Dikerjakan dengan Detail oleh Tim Profesional
Selain melibatkan Yovie Widianto dan Budapest Scoring Orchestra, proses mixing dan mastering “Cinta Terindah” juga dikerjakan oleh Ari Renaldi di ARU Studio, salah satu nama besar di dunia audio engineering Indonesia. Ari dikenal lewat karyanya bersama musisi seperti Tulus, Raisa, dan Afgan.
Kolaborasi antara musisi, produser, dan teknisi berpengalaman ini menghasilkan lagu dengan kualitas suara yang jernih, dinamis, dan emosional.
“Aku senang banget karena semua yang terlibat bantu maksimal,” tambah Elma.
Melalui lagu ini, Elma tidak hanya ingin menampilkan kemampuan vokalnya, tapi juga membuktikan kematangannya sebagai penyanyi dan penulis lagu yang punya arah musikal jelas.
Makna Cinta yang Tak Harus Bersama
“Cinta Terindah” juga menunjukkan kedewasaan Elma Dae dalam memaknai hubungan. Ia menggambarkan cinta bukan hanya tentang memiliki, tapi juga tentang menghargai kenangan dan proses tumbuh dari kehilangan.
Lagu ini menjadi refleksi bagi banyak anak muda yang pernah merasakan patah hati namun tetap menghormati masa lalu mereka dengan cara yang indah.
“Aku ingin pendengar bisa merasa bahwa nggak semua cinta harus berakhir bahagia untuk tetap jadi berarti,” ujar Elma.
Pesan ini terasa relevan di tengah budaya digital yang sering menggambarkan cinta secara instan dan sempurna.
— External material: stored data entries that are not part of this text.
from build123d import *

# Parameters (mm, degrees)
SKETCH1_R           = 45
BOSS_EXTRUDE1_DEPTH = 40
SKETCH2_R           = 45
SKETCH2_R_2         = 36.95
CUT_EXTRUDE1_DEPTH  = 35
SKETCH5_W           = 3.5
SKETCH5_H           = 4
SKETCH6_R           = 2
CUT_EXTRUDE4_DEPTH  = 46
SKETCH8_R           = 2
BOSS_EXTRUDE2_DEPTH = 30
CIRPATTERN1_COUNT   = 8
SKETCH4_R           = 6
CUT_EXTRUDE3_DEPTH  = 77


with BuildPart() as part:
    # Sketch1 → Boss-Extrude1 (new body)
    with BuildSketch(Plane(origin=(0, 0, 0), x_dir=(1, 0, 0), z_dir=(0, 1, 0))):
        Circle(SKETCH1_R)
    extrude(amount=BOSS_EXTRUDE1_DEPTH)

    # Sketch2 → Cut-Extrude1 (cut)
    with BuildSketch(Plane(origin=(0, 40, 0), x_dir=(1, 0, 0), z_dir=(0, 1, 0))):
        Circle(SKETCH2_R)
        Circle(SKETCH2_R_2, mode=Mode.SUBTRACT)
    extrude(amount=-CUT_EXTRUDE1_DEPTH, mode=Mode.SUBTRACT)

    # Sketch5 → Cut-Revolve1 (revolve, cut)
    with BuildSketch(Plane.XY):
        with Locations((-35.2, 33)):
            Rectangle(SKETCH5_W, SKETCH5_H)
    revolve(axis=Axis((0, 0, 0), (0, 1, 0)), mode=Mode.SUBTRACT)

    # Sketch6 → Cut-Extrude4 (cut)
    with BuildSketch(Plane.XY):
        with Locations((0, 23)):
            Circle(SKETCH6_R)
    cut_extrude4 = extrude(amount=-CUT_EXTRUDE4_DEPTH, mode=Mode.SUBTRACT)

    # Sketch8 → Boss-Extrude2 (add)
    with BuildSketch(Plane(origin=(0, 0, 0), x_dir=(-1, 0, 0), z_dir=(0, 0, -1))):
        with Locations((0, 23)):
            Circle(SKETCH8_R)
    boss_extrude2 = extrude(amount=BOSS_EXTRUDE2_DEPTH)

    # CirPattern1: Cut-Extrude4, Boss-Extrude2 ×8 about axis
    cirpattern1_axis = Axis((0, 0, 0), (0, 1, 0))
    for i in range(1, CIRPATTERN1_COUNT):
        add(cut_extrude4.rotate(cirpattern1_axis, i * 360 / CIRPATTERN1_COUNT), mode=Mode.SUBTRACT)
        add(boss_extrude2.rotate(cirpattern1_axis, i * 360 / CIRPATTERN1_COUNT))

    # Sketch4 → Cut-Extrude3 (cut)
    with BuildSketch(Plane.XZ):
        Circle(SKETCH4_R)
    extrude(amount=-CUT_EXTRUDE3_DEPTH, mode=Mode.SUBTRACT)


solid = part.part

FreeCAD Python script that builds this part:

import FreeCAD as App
import Part
import Sketcher


def add_polygon(sketch, points):
    """Adds a closed chain of lines whose ends are joined by coincident constraints."""
    first, n = sketch.GeometryCount, len(points)
    for a, b in zip(points, points[1:] + points[:1]):
        sketch.addGeometry(Part.LineSegment(App.Vector(*a, 0), App.Vector(*b, 0)), False)
    for i in range(n):
        sketch.addConstraint(Sketcher.Constraint("Coincident", first + i, 2, first + (i + 1) % n, 1))

doc = App.newDocument("Part")
params = doc.addObject("Spreadsheet::Sheet", "Params")
for row, (alias, value) in enumerate([
    ("sketch1_diameter", "90 mm"),
    ("pad1_length", "40 mm"),
    ("sketch2_diameter", "90 mm"),
    ("sketch2_diameter2", "73.9 mm"),
    ("pocket1_length", "35 mm"),
    ("sketch3_height", "4 mm"),
    ("sketch3_width", "3.5 mm"),
    ("groove_angle", "360 deg"),
    ("sketch4_diameter", "4 mm"),
    ("pocket2_length", "46 mm"),
    ("sketch5_diameter", "4 mm"),
    ("pad2_length", "30 mm"),
    ("sketch6_diameter", "12 mm"),
    ("pocket3_length", "77 mm"),
], start=1):
    params.set(f"A{row}", alias)
    params.set(f"B{row}", "=" + value)
    params.setAlias(f"B{row}", alias)

body = doc.addObject("PartDesign::Body", "Body")

# Sketch on XZ plane
sketch1 = doc.addObject("Sketcher::SketchObject", "Sketch")
body.addObject(sketch1)
sketch1.AttachmentSupport = (doc.XZ_Plane, [""])
sketch1.MapMode = "FlatFace"
sketch1.addGeometry(Part.Circle(App.Vector(0, 0, 0), App.Vector(0, 0, 1), 45), False)
sketch1.addConstraint([
    Sketcher.Constraint("Coincident", 0, 3, -1, 1),
    Sketcher.Constraint("Diameter", 0, 90.0),
])
sketch1.setExpression("Constraints[1]", "Params.sketch1_diameter")
pad1 = doc.addObject("PartDesign::Pad", "Pad")
body.addObject(pad1)
pad1.Profile = sketch1
pad1.setExpression("Length", "Params.pad1_length")
pad1.Reversed = True

# Sketch on XZ plane
sketch2 = doc.addObject("Sketcher::SketchObject", "Sketch001")
body.addObject(sketch2)
sketch2.AttachmentSupport = (doc.XZ_Plane, [""])
sketch2.MapMode = "FlatFace"
sketch2.AttachmentOffset = App.Placement(App.Vector(0, 0, -40), App.Rotation())
sketch2.addGeometry([
    Part.Circle(App.Vector(0, 0, 0), App.Vector(0, 0, 1), 45),
    Part.Circle(App.Vector(0, 0, 0), App.Vector(0, 0, 1), 36.95),
], False)
sketch2.addConstraint([
    Sketcher.Constraint("Coincident", 0, 3, -1, 1),
    Sketcher.Constraint("Coincident", 1, 3, -1, 1),
    Sketcher.Constraint("Diameter", 0, 90.0),
    Sketcher.Constraint("Diameter", 1, 73.9),
])
sketch2.setExpression("Constraints[2]", "Params.sketch2_diameter")
sketch2.setExpression("Constraints[3]", "Params.sketch2_diameter2")
pocket1 = doc.addObject("PartDesign::Pocket", "Pocket")
body.addObject(pocket1)
pocket1.Profile = sketch2
pocket1.setExpression("Length", "Params.pocket1_length")
pocket1.Reversed = True

# Sketch on XY plane
sketch3 = doc.addObject("Sketcher::SketchObject", "Sketch002")
body.addObject(sketch3)
sketch3.AttachmentSupport = (doc.XY_Plane, [""])
sketch3.MapMode = "FlatFace"
add_polygon(sketch3, [(-36.95, 35), (-36.95, 31), (-33.45, 31), (-33.45, 35)])  # lines 0-3
sketch3.addConstraint([
    Sketcher.Constraint("Vertical", 0),
    Sketcher.Constraint("Horizontal", 1),
    Sketcher.Constraint("Vertical", 2),
    Sketcher.Constraint("Horizontal", 3),
    Sketcher.Constraint("DistanceY", 0, 2, 0, 1, 4.0),
    Sketcher.Constraint("DistanceX", 1, 1, 1, 2, 3.5),
    Sketcher.Constraint("DistanceY", -1, 1, 0, 2, 31.0),
    Sketcher.Constraint("DistanceX", 0, 2, -1, 1, 36.95),
])
sketch3.setExpression("Constraints[8]", "Params.sketch3_height")
sketch3.setExpression("Constraints[9]", "Params.sketch3_width")
groove = doc.addObject("PartDesign::Groove", "Groove")
body.addObject(groove)
groove.Profile = sketch3
groove.ReferenceAxis = (sketch3, ["V_Axis"])
groove.setExpression("Angle", "Params.groove_angle")

# Sketch on XY plane
sketch4 = doc.addObject("Sketcher::SketchObject", "Sketch003")
body.addObject(sketch4)
sketch4.AttachmentSupport = (doc.XY_Plane, [""])
sketch4.MapMode = "FlatFace"
sketch4.addGeometry(Part.Circle(App.Vector(0, 23, 0), App.Vector(0, 0, 1), 2), False)
sketch4.addConstraint([
    Sketcher.Constraint("PointOnObject", 0, 3, -2),
    Sketcher.Constraint("Diameter", 0, 4.0),
    Sketcher.Constraint("DistanceY", -1, 1, 0, 3, 23.0),
])
sketch4.setExpression("Constraints[1]", "Params.sketch4_diameter")
pocket2 = doc.addObject("PartDesign::Pocket", "Pocket001")
body.addObject(pocket2)
pocket2.Profile = sketch4
pocket2.setExpression("Length", "Params.pocket2_length")

# Sketch on XY plane
sketch5 = doc.addObject("Sketcher::SketchObject", "Sketch004")
body.addObject(sketch5)
sketch5.AttachmentSupport = (doc.XY_Plane, [""])
sketch5.MapMode = "FlatFace"
sketch5.addGeometry(Part.Circle(App.Vector(0, 23, 0), App.Vector(0, 0, 1), 2), False)
sketch5.addConstraint([
    Sketcher.Constraint("PointOnObject", 0, 3, -2),
    Sketcher.Constraint("Diameter", 0, 4.0),
    Sketcher.Constraint("DistanceY", -1, 1, 0, 3, 23.0),
])
sketch5.setExpression("Constraints[1]", "Params.sketch5_diameter")
pad2 = doc.addObject("PartDesign::Pad", "Pad001")
body.addObject(pad2)
pad2.Profile = sketch5
pad2.setExpression("Length", "Params.pad2_length")
pad2.Reversed = True
doc.recompute()

polarpattern = doc.addObject("PartDesign::PolarPattern", "PolarPattern")
body.addObject(polarpattern)
polarpattern.Originals = [pocket2, pad2]
polarpattern.Axis = (doc.Y_Axis, [""])
polarpattern.Angle = 360
polarpattern.Occurrences = 8
body.Tip = polarpattern

# Sketch on XZ plane
sketch6 = doc.addObject("Sketcher::SketchObject", "Sketch005")
body.addObject(sketch6)
sketch6.AttachmentSupport = (doc.XZ_Plane, [""])
sketch6.MapMode = "FlatFace"
sketch6.addGeometry(Part.Circle(App.Vector(0, 0, 0), App.Vector(0, 0, 1), 6), False)
sketch6.addConstraint([
    Sketcher.Constraint("Coincident", 0, 3, -1, 1),
    Sketcher.Constraint("Diameter", 0, 12.0),
])
sketch6.setExpression("Constraints[1]", "Params.sketch6_diameter")
pocket3 = doc.addObject("PartDesign::Pocket", "Pocket002")
body.addObject(pocket3)
pocket3.Profile = sketch6
pocket3.setExpression("Length", "Params.pocket3_length")

doc.recompute()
Melalui “Cinta Terindah”, Elma mengingatkan bahwa cinta sejati justru sering muncul dari pengalaman yang tidak sempurna — dari luka, dari kenangan, dan dari keberanian untuk melepas.
Langkah Baru dalam Karier Musik Elma Dae
Bagi Elma Dae, “Cinta Terindah” bukan hanya single baru, tapi juga babak baru dalam perjalanan kariernya. Setelah dua single sebelumnya yang lebih ringan dan bernuansa pop modern, kali ini ia tampil dengan warna musik yang lebih matang dan emosional.
“Lagu ini buat aku jadi simbol transisi. Aku pengin menunjukkan sisi yang lebih dewasa dalam bermusik dan bercerita,” ujarnya.
Kehadiran “Cinta Terindah” juga semakin memperkuat posisi Elma di industri musik Indonesia sebagai penyanyi muda yang tidak takut bereksperimen dan terus mengasah kualitas. Suaranya yang lembut namun kuat berpadu sempurna dengan aransemen megah ala Yovie Widianto, menghasilkan lagu yang layak didengar berulang kali.
Kini, “Cinta Terindah” dari Elma Dae sudah bisa dinikmati di seluruh platform musik digital seperti Spotify, Apple Music, Joox, dan YouTube Music. Lagu ini diyakini akan menjadi salah satu karya paling berkesan tahun ini, terutama bagi para pencinta musik pop romantis.
Dengan energi baru dan kerja sama bersama para legenda musik, Elma Dae berhasil menghadirkan karya yang bukan hanya indah untuk didengar, tapi juga punya makna mendalam bagi siapa pun yang pernah mencintai dan kehilangan.